> [YOUR GOAL]
Below are entries. Reproduce exactly the lines between the line holding "e7 v7 v8 CIRCLE(AX(P(-7.95,0,0),D(0,0,1),D(1,0,0)),2.1)" and the line holding "v17 (10.84,2.1,2)", inclusive, and only those.

> [MATERIAL PROVIDED]
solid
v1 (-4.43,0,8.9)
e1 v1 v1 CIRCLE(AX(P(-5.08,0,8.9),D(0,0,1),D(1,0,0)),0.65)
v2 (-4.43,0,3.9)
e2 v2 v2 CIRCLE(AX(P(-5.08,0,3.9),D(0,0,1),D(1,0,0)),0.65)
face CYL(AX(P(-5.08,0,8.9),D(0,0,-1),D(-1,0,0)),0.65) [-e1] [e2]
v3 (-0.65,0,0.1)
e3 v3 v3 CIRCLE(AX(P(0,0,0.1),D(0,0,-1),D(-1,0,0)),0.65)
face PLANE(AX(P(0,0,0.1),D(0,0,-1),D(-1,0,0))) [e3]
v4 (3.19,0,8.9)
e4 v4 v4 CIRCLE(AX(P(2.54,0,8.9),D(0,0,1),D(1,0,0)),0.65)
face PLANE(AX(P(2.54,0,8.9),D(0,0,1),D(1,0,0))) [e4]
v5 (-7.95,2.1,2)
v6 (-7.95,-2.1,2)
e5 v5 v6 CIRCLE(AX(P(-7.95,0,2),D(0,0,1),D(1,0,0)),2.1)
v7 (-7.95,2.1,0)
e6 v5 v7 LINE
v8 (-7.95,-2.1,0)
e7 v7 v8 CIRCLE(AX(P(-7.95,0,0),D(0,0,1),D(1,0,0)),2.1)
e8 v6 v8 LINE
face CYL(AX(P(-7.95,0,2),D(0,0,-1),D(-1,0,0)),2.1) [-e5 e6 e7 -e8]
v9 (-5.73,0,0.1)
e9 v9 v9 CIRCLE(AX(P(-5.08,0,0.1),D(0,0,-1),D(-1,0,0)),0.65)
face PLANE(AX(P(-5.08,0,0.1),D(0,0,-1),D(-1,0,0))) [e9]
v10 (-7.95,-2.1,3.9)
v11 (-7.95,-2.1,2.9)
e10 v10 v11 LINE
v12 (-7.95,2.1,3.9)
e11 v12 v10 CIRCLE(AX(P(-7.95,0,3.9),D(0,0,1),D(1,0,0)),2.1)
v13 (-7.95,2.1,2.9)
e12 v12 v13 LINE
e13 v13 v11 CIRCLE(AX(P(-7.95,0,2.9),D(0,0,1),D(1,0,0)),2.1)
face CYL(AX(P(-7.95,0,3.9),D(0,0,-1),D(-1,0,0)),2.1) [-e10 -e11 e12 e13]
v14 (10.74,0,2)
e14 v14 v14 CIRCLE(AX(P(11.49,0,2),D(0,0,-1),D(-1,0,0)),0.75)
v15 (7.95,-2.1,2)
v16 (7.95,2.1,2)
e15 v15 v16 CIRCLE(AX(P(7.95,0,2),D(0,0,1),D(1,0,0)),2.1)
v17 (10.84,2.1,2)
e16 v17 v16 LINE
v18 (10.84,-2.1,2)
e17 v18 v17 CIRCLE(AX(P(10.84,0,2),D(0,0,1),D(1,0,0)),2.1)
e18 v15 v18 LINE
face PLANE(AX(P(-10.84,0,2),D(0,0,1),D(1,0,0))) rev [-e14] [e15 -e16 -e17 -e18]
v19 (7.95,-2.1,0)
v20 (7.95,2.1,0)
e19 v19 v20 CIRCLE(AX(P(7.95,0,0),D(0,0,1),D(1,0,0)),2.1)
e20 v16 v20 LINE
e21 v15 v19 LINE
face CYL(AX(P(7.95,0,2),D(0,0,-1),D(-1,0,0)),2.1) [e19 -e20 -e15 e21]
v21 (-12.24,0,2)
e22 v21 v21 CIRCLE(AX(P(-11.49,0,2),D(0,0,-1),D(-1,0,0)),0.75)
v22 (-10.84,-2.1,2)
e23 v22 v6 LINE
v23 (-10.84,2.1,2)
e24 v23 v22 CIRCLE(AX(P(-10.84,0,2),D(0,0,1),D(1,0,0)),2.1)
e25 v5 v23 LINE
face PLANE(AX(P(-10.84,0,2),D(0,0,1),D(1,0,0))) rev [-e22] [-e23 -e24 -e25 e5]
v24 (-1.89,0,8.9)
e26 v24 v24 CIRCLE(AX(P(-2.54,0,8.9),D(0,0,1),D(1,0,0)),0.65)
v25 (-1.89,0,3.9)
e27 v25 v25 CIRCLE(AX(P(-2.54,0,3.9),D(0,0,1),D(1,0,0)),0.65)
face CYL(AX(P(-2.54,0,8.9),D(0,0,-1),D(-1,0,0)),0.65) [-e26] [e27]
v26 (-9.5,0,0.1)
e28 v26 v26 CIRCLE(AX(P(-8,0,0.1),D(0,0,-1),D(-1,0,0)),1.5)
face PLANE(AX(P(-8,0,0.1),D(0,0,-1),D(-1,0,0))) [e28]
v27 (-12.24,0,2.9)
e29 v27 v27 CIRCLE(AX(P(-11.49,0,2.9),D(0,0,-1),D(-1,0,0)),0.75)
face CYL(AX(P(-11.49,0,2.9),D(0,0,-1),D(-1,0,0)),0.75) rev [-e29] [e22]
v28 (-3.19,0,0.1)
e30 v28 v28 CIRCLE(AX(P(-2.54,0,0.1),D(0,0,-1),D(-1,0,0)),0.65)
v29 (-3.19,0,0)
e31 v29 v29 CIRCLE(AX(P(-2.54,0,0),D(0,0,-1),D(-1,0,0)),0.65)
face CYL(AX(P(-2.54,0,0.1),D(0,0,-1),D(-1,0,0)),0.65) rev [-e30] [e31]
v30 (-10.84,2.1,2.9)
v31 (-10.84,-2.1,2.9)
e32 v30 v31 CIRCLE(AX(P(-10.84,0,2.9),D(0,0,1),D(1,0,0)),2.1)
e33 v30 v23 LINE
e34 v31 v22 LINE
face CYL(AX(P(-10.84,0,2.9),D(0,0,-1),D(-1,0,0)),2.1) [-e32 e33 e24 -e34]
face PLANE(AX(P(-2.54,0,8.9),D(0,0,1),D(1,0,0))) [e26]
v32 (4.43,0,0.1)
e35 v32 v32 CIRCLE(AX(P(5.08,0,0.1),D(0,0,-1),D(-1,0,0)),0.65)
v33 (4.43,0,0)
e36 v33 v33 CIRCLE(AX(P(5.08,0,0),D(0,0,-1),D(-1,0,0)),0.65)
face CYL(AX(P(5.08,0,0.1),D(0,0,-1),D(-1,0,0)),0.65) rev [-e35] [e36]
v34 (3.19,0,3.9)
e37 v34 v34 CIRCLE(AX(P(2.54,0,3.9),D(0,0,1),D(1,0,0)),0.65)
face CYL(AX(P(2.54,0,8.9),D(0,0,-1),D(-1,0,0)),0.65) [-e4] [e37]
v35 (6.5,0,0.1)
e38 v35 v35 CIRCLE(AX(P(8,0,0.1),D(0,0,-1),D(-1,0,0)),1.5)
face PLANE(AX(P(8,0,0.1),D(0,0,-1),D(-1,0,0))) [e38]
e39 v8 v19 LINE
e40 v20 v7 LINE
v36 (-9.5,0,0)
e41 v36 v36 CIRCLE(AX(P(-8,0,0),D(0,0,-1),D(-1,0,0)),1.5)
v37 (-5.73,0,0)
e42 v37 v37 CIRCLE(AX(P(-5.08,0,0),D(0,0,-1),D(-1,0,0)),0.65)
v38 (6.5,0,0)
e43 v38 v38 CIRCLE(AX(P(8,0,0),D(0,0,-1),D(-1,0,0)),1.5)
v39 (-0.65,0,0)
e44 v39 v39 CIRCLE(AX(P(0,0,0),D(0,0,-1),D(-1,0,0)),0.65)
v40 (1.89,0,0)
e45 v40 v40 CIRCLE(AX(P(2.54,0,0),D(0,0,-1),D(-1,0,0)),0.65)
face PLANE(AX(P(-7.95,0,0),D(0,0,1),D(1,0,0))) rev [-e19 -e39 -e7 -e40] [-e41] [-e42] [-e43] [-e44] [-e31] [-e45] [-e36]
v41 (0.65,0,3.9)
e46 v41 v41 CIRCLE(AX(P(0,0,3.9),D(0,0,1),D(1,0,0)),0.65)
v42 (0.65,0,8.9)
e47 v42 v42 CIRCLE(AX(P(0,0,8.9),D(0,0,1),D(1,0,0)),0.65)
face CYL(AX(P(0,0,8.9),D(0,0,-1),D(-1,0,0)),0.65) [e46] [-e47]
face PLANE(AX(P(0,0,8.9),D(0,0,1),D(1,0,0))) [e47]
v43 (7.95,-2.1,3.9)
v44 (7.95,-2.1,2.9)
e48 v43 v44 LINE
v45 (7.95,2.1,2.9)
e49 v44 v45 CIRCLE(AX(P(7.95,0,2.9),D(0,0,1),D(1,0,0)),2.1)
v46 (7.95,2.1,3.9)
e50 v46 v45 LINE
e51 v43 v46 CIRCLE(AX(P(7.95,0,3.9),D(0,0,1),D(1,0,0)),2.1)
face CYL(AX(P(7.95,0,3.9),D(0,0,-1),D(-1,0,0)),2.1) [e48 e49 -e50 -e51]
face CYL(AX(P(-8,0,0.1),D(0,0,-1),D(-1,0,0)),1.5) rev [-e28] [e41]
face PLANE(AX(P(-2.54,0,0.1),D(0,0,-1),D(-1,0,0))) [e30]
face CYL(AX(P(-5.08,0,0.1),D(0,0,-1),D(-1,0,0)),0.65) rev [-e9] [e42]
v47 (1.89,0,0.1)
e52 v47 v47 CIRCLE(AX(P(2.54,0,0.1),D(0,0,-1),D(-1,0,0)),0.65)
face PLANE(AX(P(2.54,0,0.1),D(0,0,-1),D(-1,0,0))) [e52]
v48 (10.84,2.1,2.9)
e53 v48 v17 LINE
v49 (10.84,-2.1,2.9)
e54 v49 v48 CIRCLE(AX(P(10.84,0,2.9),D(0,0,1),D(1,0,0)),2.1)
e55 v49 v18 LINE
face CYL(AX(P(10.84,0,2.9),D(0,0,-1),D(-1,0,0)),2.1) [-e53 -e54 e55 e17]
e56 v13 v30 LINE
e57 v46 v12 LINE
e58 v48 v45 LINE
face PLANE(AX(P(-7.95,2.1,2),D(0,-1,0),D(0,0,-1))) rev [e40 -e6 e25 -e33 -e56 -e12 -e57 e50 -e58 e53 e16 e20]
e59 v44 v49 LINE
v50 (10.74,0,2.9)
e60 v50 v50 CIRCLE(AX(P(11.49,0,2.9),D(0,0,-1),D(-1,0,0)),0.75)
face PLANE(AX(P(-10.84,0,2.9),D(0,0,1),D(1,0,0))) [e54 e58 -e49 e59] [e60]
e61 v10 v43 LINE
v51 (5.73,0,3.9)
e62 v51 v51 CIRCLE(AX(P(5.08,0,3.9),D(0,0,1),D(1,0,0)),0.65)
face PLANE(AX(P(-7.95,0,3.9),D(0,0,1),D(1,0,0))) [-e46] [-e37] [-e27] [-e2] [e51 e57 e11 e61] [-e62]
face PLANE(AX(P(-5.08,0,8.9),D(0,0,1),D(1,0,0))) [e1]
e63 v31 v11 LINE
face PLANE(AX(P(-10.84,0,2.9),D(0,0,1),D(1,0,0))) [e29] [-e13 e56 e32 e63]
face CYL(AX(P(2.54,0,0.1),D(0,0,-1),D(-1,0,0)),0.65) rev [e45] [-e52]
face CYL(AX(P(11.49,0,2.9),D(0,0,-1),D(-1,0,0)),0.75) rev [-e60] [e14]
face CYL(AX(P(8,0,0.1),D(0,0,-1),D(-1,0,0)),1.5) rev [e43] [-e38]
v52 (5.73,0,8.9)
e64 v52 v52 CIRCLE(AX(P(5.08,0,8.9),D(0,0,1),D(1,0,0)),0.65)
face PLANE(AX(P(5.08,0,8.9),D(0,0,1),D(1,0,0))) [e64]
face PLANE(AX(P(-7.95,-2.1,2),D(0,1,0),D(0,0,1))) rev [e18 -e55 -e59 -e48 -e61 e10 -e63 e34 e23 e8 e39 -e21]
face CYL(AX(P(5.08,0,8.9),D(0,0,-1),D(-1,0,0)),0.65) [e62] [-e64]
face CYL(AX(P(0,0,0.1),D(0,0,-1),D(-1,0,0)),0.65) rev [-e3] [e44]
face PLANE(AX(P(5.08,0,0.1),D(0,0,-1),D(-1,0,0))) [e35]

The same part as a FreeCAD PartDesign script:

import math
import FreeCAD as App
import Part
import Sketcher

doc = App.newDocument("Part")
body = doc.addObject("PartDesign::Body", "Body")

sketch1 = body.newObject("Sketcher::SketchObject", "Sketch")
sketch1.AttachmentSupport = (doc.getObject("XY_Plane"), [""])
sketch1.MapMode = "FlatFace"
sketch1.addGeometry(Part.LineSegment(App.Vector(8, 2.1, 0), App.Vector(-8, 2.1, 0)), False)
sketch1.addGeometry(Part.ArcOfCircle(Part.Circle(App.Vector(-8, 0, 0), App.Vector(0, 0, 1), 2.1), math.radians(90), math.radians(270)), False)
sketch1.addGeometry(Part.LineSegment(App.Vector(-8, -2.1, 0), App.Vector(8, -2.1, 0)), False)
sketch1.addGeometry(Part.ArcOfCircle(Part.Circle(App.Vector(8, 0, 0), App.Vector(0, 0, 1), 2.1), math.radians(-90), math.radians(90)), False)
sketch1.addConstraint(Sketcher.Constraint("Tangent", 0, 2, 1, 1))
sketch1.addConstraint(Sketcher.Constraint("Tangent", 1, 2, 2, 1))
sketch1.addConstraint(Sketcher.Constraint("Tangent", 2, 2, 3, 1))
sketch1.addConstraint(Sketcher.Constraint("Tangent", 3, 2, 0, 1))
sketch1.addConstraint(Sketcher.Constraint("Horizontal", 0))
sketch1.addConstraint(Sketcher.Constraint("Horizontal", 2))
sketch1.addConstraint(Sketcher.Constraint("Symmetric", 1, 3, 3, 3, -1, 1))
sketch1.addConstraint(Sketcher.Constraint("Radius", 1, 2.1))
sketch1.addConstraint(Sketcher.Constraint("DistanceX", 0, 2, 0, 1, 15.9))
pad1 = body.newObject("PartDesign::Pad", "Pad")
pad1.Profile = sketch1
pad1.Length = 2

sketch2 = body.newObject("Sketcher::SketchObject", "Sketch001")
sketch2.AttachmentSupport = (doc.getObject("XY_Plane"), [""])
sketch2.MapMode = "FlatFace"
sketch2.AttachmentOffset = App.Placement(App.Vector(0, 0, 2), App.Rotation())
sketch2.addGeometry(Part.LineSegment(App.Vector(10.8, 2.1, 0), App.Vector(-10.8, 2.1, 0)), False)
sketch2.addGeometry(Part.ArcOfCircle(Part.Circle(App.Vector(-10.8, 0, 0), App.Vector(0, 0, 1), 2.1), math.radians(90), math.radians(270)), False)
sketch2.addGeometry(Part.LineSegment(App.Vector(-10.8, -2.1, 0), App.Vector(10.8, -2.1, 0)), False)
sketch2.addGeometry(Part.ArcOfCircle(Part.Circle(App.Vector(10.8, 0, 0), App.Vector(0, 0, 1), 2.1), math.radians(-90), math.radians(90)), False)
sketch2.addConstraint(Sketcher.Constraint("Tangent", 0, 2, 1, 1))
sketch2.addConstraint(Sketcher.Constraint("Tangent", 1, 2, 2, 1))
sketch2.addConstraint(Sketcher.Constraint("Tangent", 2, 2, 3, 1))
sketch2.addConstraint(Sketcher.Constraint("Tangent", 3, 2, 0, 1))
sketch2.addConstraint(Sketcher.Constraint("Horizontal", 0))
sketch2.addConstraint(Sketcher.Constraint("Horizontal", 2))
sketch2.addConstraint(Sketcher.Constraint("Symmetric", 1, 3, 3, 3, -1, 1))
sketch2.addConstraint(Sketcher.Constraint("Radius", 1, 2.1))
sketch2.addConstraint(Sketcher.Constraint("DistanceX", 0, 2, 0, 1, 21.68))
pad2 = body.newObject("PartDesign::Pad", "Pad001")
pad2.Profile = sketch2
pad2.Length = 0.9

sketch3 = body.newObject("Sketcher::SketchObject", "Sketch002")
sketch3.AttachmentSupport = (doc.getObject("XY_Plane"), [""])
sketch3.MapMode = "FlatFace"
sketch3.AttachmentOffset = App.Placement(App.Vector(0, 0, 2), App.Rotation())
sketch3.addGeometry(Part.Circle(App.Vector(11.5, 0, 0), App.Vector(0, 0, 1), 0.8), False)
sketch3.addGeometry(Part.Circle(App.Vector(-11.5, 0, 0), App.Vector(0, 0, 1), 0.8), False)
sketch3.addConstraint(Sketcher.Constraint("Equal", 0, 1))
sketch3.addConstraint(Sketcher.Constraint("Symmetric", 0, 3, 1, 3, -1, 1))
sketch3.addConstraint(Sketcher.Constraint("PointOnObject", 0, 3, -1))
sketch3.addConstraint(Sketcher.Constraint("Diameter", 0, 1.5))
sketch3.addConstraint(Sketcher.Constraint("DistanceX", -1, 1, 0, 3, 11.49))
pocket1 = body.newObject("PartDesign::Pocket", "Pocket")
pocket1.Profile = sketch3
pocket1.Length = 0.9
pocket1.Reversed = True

> [TASK OUTPUT]
e7 v7 v8 CIRCLE(AX(P(-7.95,0,0),D(0,0,1),D(1,0,0)),2.1)
e8 v6 v8 LINE
face CYL(AX(P(-7.95,0,2),D(0,0,-1),D(-1,0,0)),2.1) [-e5 e6 e7 -e8]
v9 (-5.73,0,0.1)
e9 v9 v9 CIRCLE(AX(P(-5.08,0,0.1),D(0,0,-1),D(-1,0,0)),0.65)
face PLANE(AX(P(-5.08,0,0.1),D(0,0,-1),D(-1,0,0))) [e9]
v10 (-7.95,-2.1,3.9)
v11 (-7.95,-2.1,2.9)
e10 v10 v11 LINE
v12 (-7.95,2.1,3.9)
e11 v12 v10 CIRCLE(AX(P(-7.95,0,3.9),D(0,0,1),D(1,0,0)),2.1)
v13 (-7.95,2.1,2.9)
e12 v12 v13 LINE
e13 v13 v11 CIRCLE(AX(P(-7.95,0,2.9),D(0,0,1),D(1,0,0)),2.1)
face CYL(AX(P(-7.95,0,3.9),D(0,0,-1),D(-1,0,0)),2.1) [-e10 -e11 e12 e13]
v14 (10.74,0,2)
e14 v14 v14 CIRCLE(AX(P(11.49,0,2),D(0,0,-1),D(-1,0,0)),0.75)
v15 (7.95,-2.1,2)
v16 (7.95,2.1,2)
e15 v15 v16 CIRCLE(AX(P(7.95,0,2),D(0,0,1),D(1,0,0)),2.1)
v17 (10.84,2.1,2)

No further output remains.